→ **ASSIGNMENT**:
Lines from the first one down to the one containing "v32 (-0.556867,-3.005497,57.658)" in the data below are the only ones needed; please return them exactly, both ends included.
□ □ □ □ □ □ □
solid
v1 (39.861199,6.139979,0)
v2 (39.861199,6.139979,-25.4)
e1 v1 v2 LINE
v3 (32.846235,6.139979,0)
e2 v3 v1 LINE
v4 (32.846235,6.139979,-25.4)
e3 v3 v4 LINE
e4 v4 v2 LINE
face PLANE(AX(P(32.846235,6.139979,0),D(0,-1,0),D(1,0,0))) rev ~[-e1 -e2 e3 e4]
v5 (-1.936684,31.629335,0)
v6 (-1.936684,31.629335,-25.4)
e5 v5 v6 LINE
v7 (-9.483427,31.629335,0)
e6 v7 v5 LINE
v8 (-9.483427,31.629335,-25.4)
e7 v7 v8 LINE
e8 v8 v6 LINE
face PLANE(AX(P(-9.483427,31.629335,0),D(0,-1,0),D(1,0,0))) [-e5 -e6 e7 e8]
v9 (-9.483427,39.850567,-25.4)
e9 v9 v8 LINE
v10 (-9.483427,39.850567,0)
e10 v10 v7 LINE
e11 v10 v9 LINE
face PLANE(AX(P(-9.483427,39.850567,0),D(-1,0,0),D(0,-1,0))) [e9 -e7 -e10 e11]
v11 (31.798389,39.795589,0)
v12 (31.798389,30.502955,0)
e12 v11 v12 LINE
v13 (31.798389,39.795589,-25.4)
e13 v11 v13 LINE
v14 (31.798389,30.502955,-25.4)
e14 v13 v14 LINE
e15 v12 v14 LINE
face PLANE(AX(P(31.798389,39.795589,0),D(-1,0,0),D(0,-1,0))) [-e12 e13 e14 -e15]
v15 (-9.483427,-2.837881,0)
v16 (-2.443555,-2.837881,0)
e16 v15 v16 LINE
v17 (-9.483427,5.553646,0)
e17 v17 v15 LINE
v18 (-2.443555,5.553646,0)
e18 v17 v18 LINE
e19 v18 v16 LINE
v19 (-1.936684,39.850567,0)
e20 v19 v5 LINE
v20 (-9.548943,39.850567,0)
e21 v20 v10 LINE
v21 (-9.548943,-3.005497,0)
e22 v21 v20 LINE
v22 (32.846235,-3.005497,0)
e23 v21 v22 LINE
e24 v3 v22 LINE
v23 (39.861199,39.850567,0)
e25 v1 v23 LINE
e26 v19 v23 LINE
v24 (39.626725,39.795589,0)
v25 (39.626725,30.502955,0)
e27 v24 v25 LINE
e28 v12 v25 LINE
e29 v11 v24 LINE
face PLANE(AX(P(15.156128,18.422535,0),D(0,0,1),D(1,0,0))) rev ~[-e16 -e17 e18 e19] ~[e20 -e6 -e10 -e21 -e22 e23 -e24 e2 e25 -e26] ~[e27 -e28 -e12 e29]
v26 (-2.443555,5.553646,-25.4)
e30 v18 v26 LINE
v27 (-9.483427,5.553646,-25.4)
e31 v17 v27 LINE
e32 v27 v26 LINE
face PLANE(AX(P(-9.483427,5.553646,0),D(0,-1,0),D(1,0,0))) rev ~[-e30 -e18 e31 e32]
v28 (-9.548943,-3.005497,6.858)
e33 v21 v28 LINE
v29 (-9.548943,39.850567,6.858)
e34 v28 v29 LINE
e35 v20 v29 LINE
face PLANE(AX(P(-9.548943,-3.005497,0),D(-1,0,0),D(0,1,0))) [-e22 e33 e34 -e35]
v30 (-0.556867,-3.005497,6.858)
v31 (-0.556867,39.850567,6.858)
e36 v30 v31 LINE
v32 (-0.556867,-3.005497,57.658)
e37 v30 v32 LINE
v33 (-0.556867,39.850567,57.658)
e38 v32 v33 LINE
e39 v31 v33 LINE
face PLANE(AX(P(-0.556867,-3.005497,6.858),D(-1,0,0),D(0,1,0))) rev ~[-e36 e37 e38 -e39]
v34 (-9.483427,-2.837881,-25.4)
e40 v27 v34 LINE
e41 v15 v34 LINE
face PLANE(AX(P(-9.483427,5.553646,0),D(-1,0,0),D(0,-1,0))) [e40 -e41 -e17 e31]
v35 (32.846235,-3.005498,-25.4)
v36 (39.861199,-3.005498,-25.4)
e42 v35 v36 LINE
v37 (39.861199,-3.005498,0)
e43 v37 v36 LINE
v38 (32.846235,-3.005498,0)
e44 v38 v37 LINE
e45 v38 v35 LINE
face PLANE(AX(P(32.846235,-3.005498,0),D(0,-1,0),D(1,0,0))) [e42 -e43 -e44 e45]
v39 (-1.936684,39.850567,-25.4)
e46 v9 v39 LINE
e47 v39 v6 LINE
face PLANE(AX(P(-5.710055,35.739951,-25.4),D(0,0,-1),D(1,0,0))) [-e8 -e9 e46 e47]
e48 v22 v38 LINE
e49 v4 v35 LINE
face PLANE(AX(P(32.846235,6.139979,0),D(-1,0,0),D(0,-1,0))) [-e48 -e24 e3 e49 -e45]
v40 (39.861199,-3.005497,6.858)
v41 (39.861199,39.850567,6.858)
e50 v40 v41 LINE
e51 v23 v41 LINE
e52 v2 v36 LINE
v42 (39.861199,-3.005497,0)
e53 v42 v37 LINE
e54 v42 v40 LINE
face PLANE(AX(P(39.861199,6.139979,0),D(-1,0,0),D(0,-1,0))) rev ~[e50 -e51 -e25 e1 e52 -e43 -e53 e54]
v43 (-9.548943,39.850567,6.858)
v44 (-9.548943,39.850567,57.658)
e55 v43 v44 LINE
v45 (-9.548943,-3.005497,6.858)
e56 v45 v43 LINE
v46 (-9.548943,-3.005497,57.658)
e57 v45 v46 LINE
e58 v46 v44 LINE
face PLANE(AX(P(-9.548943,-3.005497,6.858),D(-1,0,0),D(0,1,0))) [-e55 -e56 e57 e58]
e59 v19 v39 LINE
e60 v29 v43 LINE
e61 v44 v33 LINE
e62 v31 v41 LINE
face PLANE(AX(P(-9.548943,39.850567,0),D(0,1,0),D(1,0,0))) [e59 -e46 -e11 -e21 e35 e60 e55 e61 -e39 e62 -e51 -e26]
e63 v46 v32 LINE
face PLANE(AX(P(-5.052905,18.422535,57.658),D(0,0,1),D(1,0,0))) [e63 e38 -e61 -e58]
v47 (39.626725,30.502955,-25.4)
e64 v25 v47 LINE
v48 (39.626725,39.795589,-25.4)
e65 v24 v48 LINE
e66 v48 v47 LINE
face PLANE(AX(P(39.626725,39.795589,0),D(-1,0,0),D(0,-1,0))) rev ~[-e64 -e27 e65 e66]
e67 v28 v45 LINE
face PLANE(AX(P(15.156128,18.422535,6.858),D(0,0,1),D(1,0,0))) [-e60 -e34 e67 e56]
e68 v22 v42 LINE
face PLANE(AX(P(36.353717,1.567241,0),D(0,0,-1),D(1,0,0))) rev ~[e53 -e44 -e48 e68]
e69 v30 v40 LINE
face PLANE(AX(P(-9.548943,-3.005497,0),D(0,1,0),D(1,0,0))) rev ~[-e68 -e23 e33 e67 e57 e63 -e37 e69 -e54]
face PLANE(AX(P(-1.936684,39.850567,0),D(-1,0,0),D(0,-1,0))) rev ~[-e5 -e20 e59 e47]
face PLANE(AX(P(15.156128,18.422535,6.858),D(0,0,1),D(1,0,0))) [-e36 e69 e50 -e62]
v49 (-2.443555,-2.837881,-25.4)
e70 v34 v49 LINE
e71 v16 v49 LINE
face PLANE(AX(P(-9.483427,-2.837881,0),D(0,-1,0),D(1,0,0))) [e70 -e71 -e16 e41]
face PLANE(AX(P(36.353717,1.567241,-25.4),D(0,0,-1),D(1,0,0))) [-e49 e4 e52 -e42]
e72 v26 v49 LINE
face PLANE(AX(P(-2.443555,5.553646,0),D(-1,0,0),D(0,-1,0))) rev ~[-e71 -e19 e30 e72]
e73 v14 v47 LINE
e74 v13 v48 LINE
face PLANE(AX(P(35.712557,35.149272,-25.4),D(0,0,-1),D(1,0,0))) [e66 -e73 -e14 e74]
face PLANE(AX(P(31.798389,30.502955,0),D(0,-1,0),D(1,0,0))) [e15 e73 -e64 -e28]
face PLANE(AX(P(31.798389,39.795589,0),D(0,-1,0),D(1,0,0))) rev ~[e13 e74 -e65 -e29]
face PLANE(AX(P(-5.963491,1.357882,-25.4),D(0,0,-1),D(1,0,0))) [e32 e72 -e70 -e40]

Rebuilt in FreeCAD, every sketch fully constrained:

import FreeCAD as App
import Part
import Sketcher
Q = App.Units.Quantity


def add_polygon(sketch, points):
    """Adds a closed chain of lines whose ends are joined by coincident constraints."""
    first, n = sketch.GeometryCount, len(points)
    for a, b in zip(points, points[1:] + points[:1]):
        sketch.addGeometry(Part.LineSegment(App.Vector(*a, 0), App.Vector(*b, 0)), False)
    for i in range(n):
        sketch.addConstraint(Sketcher.Constraint("Coincident", first + i, 2, first + (i + 1) % n, 1))

doc = App.newDocument("Part")
body = doc.addObject("PartDesign::Body", "Body")

# Sketch on XY plane
sketch1 = body.newObject("Sketcher::SketchObject", "Sketch")
sketch1.AttachmentSupport = (doc.getObject("XY_Plane"), [""])
sketch1.MapMode = "FlatFace"
add_polygon(sketch1, [(-9.548943, 39.850567), (-9.548943, -3.005497), (39.861199, -3.005497), (39.861199, 39.850567)])  # lines 0-3
sketch1.addConstraint([
    Sketcher.Constraint("Vertical", 0),
    Sketcher.Constraint("Horizontal", 1),
    Sketcher.Constraint("Vertical", 2),
    Sketcher.Constraint("Horizontal", 3),
    Sketcher.Constraint("DistanceX", -1, 1, 1, 2, Q("39.861199 mm")),
    Sketcher.Constraint("DistanceX", 1, 1, 1, 2, Q("49.410142 mm")),
    Sketcher.Constraint("DistanceY", 0, 2, 0, 1, Q("42.856064 mm")),
    Sketcher.Constraint("DistanceY", 0, 2, -1, 1, Q("3.005497 mm")),
])
pad1 = body.newObject("PartDesign::Pad", "Pad")
pad1.Profile = sketch1
pad1.Length = Q("0.27 in")

# Sketch on XY plane
sketch2 = body.newObject("Sketcher::SketchObject", "Sketch001")
sketch2.AttachmentSupport = (doc.getObject("XY_Plane"), [""])
sketch2.MapMode = "FlatFace"
add_polygon(sketch2, [(31.798389, 30.502955), (31.798389, 39.795589), (39.626725, 39.795589), (39.626725, 30.502955)])  # lines 0-3
add_polygon(sketch2, [(-9.483427, 31.629335), (-9.483427, 39.850567), (-1.936684, 39.850567), (-1.936684, 31.629335)])  # lines 4-7
add_polygon(sketch2, [(-9.483427, -2.837881), (-9.483427, 5.553646), (-2.443555, 5.553646), (-2.443555, -2.837881)])  # lines 8-11
add_polygon(sketch2, [(32.846235, -3.005498), (32.846235, 6.139979), (39.861199, 6.139979), (39.861199, -3.005498)])  # lines 12-15
sketch2.addConstraint([
    Sketcher.Constraint("Vertical", 0),
    Sketcher.Constraint("Horizontal", 1),
    Sketcher.Constraint("Vertical", 2),
    Sketcher.Constraint("Horizontal", 3),
    Sketcher.Constraint("Vertical", 4),
    Sketcher.Constraint("Horizontal", 5),
    Sketcher.Constraint("Vertical", 6),
    Sketcher.Constraint("Horizontal", 7),
    Sketcher.Constraint("Vertical", 8),
    Sketcher.Constraint("Horizontal", 9),
    Sketcher.Constraint("Vertical", 10),
    Sketcher.Constraint("Horizontal", 11),
    Sketcher.Constraint("Vertical", 12),
    Sketcher.Constraint("Horizontal", 13),
    Sketcher.Constraint("Vertical", 14),
    Sketcher.Constraint("Horizontal", 15),
    Sketcher.Constraint("Vertical", 7, 2, 8, 2),
    Sketcher.Constraint("DistanceY", 4, 1, 4, 2, Q("8.221232 mm")),
    Sketcher.Constraint("DistanceX", -1, 1, 13, 2, Q("39.861199 mm")),
    Sketcher.Constraint("DistanceX", 1, 1, 1, 2, Q("7.828336 mm")),
    Sketcher.Constraint("DistanceX", 5, 1, 5, 2, Q("7.546743 mm")),
    Sketcher.Constraint("DistanceX", 9, 1, 9, 2, Q("7.039872 mm")),
    Sketcher.Constraint("DistanceX", 13, 1, 13, 2, Q("7.014964 mm")),
    Sketcher.Constraint("DistanceY", 0, 1, 0, 2, Q("9.292633 mm")),
    Sketcher.Constraint("DistanceY", 8, 1, 8, 2, Q("8.391527 mm")),
    Sketcher.Constraint("DistanceY", 12, 1, 12, 2, Q("9.145477 mm")),
    Sketcher.Constraint("DistanceX", -1, 1, 0, 2, Q("31.798389 mm")),
    Sketcher.Constraint("DistanceY", -1, 1, 0, 2, Q("39.795589 mm")),
    Sketcher.Constraint("DistanceY", 10, 2, -1, 1, Q("2.837881 mm")),
    Sketcher.Constraint("DistanceY", -1, 1, 12, 2, Q("6.139979 mm")),
    Sketcher.Constraint("DistanceY", 0, 2, 4, 2, Q("0.054978 mm")),
    Sketcher.Constraint("DistanceX", 4, 2, 1, 2, Q("49.110152 mm")),
])
pad2 = body.newObject("PartDesign::Pad", "Pad001")
pad2.Profile = sketch2
pad2.Length = Q("1 in")
pad2.Reversed = True

# Sketch on XY plane
sketch3 = body.newObject("Sketcher::SketchObject", "Sketch002")
sketch3.AttachmentSupport = (doc.getObject("XY_Plane"), [""])
sketch3.MapMode = "FlatFace"
sketch3.AttachmentOffset = App.Placement(App.Vector(0, 0, 0.27 * 25.4), App.Rotation())
add_polygon(sketch3, [(-9.548943, 39.850567), (-9.548943, -3.005497), (-0.556867, -3.005497), (-0.556867, 39.850567)])  # lines 0-3
sketch3.addConstraint([
    Sketcher.Constraint("Vertical", 0),
    Sketcher.Constraint("Horizontal", 1),
    Sketcher.Constraint("Vertical", 2),
    Sketcher.Constraint("Horizontal", 3),
    Sketcher.Constraint("DistanceX", 1, 1, 1, 2, Q("8.992075 mm")),
    Sketcher.Constraint("DistanceY", 0, 2, 0, 1, Q("42.856064 mm")),
    Sketcher.Constraint("DistanceX", 0, 2, -1, 1, Q("9.548943 mm")),
    Sketcher.Constraint("DistanceY", 0, 2, -1, 1, Q("3.005497 mm")),
])
pad3 = body.newObject("PartDesign::Pad", "Pad002")
pad3.Profile = sketch3
pad3.Length = Q("2 in")

doc.recompute()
□ □ □ □ □ □ □
→ **EXPECTED ANSWER**:
solid
v1 (39.861199,6.139979,0)
v2 (39.861199,6.139979,-25.4)
e1 v1 v2 LINE
v3 (32.846235,6.139979,0)
e2 v3 v1 LINE
v4 (32.846235,6.139979,-25.4)
e3 v3 v4 LINE
e4 v4 v2 LINE
face PLANE(AX(P(32.846235,6.139979,0),D(0,-1,0),D(1,0,0))) rev ~[-e1 -e2 e3 e4]
v5 (-1.936684,31.629335,0)
v6 (-1.936684,31.629335,-25.4)
e5 v5 v6 LINE
v7 (-9.483427,31.629335,0)
e6 v7 v5 LINE
v8 (-9.483427,31.629335,-25.4)
e7 v7 v8 LINE
e8 v8 v6 LINE
face PLANE(AX(P(-9.483427,31.629335,0),D(0,-1,0),D(1,0,0))) [-e5 -e6 e7 e8]
v9 (-9.483427,39.850567,-25.4)
e9 v9 v8 LINE
v10 (-9.483427,39.850567,0)
e10 v10 v7 LINE
e11 v10 v9 LINE
face PLANE(AX(P(-9.483427,39.850567,0),D(-1,0,0),D(0,-1,0))) [e9 -e7 -e10 e11]
v11 (31.798389,39.795589,0)
v12 (31.798389,30.502955,0)
e12 v11 v12 LINE
v13 (31.798389,39.795589,-25.4)
e13 v11 v13 LINE
v14 (31.798389,30.502955,-25.4)
e14 v13 v14 LINE
e15 v12 v14 LINE
face PLANE(AX(P(31.798389,39.795589,0),D(-1,0,0),D(0,-1,0))) [-e12 e13 e14 -e15]
v15 (-9.483427,-2.837881,0)
v16 (-2.443555,-2.837881,0)
e16 v15 v16 LINE
v17 (-9.483427,5.553646,0)
e17 v17 v15 LINE
v18 (-2.443555,5.553646,0)
e18 v17 v18 LINE
e19 v18 v16 LINE
v19 (-1.936684,39.850567,0)
e20 v19 v5 LINE
v20 (-9.548943,39.850567,0)
e21 v20 v10 LINE
v21 (-9.548943,-3.005497,0)
e22 v21 v20 LINE
v22 (32.846235,-3.005497,0)
e23 v21 v22 LINE
e24 v3 v22 LINE
v23 (39.861199,39.850567,0)
e25 v1 v23 LINE
e26 v19 v23 LINE
v24 (39.626725,39.795589,0)
v25 (39.626725,30.502955,0)
e27 v24 v25 LINE
e28 v12 v25 LINE
e29 v11 v24 LINE
face PLANE(AX(P(15.156128,18.422535,0),D(0,0,1),D(1,0,0))) rev ~[-e16 -e17 e18 e19] ~[e20 -e6 -e10 -e21 -e22 e23 -e24 e2 e25 -e26] ~[e27 -e28 -e12 e29]
v26 (-2.443555,5.553646,-25.4)
e30 v18 v26 LINE
v27 (-9.483427,5.553646,-25.4)
e31 v17 v27 LINE
e32 v27 v26 LINE
face PLANE(AX(P(-9.483427,5.553646,0),D(0,-1,0),D(1,0,0))) rev ~[-e30 -e18 e31 e32]
v28 (-9.548943,-3.005497,6.858)
e33 v21 v28 LINE
v29 (-9.548943,39.850567,6.858)
e34 v28 v29 LINE
e35 v20 v29 LINE
face PLANE(AX(P(-9.548943,-3.005497,0),D(-1,0,0),D(0,1,0))) [-e22 e33 e34 -e35]
v30 (-0.556867,-3.005497,6.858)
v31 (-0.556867,39.850567,6.858)
e36 v30 v31 LINE
v32 (-0.556867,-3.005497,57.658)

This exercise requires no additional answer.